[Items listed in a dataset]

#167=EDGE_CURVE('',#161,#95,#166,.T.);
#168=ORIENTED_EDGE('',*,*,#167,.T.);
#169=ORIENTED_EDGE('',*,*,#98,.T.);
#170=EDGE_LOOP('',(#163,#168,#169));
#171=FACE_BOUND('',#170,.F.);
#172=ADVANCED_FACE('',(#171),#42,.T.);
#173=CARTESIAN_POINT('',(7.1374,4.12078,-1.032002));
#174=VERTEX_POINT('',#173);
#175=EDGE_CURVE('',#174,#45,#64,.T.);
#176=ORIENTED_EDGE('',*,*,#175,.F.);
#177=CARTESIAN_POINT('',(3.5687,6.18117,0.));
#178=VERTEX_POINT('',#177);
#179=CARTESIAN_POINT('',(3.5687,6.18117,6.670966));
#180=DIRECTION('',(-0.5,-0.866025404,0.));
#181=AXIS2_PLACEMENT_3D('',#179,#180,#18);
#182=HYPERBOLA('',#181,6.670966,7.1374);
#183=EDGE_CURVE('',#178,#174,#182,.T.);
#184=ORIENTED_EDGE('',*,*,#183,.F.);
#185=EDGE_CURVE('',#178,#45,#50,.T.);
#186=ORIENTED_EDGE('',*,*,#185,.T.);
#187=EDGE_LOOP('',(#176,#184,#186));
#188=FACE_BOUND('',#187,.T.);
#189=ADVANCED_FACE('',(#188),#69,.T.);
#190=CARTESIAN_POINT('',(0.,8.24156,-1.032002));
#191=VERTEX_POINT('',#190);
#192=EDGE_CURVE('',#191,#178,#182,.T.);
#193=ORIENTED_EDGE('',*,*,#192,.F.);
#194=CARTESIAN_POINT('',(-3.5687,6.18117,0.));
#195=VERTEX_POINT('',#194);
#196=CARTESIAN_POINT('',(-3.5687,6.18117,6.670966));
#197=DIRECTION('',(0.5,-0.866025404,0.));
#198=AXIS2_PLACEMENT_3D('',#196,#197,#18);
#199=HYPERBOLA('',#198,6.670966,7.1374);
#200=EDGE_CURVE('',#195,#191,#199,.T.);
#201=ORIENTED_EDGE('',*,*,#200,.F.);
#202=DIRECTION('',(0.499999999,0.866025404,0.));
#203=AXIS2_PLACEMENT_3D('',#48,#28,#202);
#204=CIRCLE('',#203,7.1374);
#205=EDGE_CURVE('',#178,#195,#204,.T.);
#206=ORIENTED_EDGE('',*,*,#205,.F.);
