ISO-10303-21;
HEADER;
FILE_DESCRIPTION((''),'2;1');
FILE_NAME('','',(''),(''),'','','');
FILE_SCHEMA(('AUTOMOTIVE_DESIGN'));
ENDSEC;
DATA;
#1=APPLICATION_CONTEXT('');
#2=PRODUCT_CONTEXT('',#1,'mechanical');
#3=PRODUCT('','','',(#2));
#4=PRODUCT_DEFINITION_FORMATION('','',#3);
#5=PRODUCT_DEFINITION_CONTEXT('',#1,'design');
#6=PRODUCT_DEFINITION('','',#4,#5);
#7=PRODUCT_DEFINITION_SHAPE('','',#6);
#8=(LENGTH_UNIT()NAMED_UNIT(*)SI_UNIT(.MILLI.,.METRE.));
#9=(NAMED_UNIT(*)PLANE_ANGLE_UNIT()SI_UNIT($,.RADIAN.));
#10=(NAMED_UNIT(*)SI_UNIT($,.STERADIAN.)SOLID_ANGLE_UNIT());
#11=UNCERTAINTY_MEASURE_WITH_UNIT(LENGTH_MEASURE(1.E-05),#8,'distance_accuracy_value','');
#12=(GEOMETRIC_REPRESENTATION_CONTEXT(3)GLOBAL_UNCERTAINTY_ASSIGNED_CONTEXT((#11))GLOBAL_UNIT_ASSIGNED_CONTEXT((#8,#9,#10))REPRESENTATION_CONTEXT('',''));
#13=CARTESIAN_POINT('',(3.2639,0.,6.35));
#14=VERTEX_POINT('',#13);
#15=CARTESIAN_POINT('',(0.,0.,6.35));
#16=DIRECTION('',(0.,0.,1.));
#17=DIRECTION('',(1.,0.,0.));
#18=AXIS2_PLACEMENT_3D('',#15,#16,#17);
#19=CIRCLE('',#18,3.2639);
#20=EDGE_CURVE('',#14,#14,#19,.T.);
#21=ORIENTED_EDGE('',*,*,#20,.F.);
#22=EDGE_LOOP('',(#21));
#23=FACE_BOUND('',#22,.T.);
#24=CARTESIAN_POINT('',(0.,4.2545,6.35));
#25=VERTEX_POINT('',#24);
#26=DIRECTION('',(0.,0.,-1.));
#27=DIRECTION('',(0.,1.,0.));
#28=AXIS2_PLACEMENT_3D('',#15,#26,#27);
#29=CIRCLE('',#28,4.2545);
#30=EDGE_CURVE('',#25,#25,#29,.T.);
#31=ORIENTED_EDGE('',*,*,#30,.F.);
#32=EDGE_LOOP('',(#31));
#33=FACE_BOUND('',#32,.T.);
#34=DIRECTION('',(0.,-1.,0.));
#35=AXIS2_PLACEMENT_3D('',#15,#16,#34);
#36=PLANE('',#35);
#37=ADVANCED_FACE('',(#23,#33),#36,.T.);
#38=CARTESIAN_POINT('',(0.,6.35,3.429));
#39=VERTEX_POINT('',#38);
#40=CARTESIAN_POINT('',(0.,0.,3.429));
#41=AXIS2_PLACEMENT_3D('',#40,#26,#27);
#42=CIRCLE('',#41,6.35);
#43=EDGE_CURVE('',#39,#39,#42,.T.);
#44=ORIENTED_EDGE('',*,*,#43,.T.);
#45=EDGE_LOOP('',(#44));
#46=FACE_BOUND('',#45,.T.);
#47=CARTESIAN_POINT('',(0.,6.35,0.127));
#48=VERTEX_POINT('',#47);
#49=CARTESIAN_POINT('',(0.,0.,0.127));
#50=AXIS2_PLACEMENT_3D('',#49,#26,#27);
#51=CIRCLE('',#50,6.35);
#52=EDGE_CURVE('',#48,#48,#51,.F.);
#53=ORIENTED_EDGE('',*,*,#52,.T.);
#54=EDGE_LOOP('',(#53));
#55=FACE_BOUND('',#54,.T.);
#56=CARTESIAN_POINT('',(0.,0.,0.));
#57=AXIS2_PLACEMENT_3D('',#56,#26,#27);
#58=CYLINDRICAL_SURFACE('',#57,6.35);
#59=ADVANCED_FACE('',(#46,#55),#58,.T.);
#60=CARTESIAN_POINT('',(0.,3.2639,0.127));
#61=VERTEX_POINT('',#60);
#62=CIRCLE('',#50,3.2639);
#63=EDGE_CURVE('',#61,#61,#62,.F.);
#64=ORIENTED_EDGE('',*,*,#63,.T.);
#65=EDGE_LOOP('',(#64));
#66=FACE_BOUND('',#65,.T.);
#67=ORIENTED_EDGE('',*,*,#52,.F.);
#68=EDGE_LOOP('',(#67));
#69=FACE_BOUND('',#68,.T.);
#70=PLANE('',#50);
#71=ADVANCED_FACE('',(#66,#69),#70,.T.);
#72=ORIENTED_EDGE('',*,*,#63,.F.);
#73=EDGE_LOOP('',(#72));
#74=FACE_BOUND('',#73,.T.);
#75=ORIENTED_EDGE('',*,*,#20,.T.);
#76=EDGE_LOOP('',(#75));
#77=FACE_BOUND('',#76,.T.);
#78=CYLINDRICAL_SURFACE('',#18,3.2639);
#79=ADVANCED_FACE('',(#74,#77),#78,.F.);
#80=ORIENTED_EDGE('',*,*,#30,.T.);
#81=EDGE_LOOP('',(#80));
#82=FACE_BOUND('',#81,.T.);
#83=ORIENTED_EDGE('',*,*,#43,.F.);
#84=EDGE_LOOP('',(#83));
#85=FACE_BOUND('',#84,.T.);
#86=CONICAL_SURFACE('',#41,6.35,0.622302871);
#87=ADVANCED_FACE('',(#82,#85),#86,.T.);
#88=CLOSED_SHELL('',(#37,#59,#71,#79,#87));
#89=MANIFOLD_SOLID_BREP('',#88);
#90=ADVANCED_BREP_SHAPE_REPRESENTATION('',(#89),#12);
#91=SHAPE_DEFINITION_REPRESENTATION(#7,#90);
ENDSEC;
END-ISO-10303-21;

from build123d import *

# Parameters (mm, degrees)
F_1_4_CLEARANCE_HOLE1_D = 6.5278
SKETCH4_W               = 12.7
SKETCH4_H               = 12.7
CUT_EXTRUDE1_DEPTH      = 0.127


with BuildPart() as part:
    # Sketch1 → Revolve1 (revolve)
    with BuildSketch(Plane(origin=(0, 0, 0), x_dir=(0, 0, -1), z_dir=(1, 0, 0))):
        Polygon((-6.35, 0), (-6.35, 4.2545), (-3.429, 6.35), (0, 6.35), (0, 0), align=None)
    revolve(axis=Axis((0, 0, 0), (0, 0, 1)))

    # 1/4 Clearance Hole1 (through all)
    with Locations(Plane.XY.offset(6.35)):
        with Locations((0, 0)):
            Hole(F_1_4_CLEARANCE_HOLE1_D / 2)

    # Sketch4 → Cut-Extrude1 (cut)
    with BuildSketch(Plane(origin=(0, 0, 0), x_dir=(-1, 0, 0), z_dir=(0, 0, -1))):
        Rectangle(SKETCH4_W, SKETCH4_H)
    extrude(amount=-CUT_EXTRUDE1_DEPTH, mode=Mode.SUBTRACT)


solid = part.part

**Action item:**
The lines to extract from the data above begin with the line containing "#37=ADVANCED_FACE('',(#23,#33),#36,.T.);" and end with the line containing "#62=CIRCLE('',#50,3.2639);". Extract them exactly, including both.

**Result below:**
#37=ADVANCED_FACE('',(#23,#33),#36,.T.);
#38=CARTESIAN_POINT('',(0.,6.35,3.429));
#39=VERTEX_POINT('',#38);
#40=CARTESIAN_POINT('',(0.,0.,3.429));
#41=AXIS2_PLACEMENT_3D('',#40,#26,#27);
#42=CIRCLE('',#41,6.35);
#43=EDGE_CURVE('',#39,#39,#42,.T.);
#44=ORIENTED_EDGE('',*,*,#43,.T.);
#45=EDGE_LOOP('',(#44));
#46=FACE_BOUND('',#45,.T.);
#47=CARTESIAN_POINT('',(0.,6.35,0.127));
#48=VERTEX_POINT('',#47);
#49=CARTESIAN_POINT('',(0.,0.,0.127));
#50=AXIS2_PLACEMENT_3D('',#49,#26,#27);
#51=CIRCLE('',#50,6.35);
#52=EDGE_CURVE('',#48,#48,#51,.F.);
#53=ORIENTED_EDGE('',*,*,#52,.T.);
#54=EDGE_LOOP('',(#53));
#55=FACE_BOUND('',#54,.T.);
#56=CARTESIAN_POINT('',(0.,0.,0.));
#57=AXIS2_PLACEMENT_3D('',#56,#26,#27);
#58=CYLINDRICAL_SURFACE('',#57,6.35);
#59=ADVANCED_FACE('',(#46,#55),#58,.T.);
#60=CARTESIAN_POINT('',(0.,3.2639,0.127));
#61=VERTEX_POINT('',#60);
#62=CIRCLE('',#50,3.2639);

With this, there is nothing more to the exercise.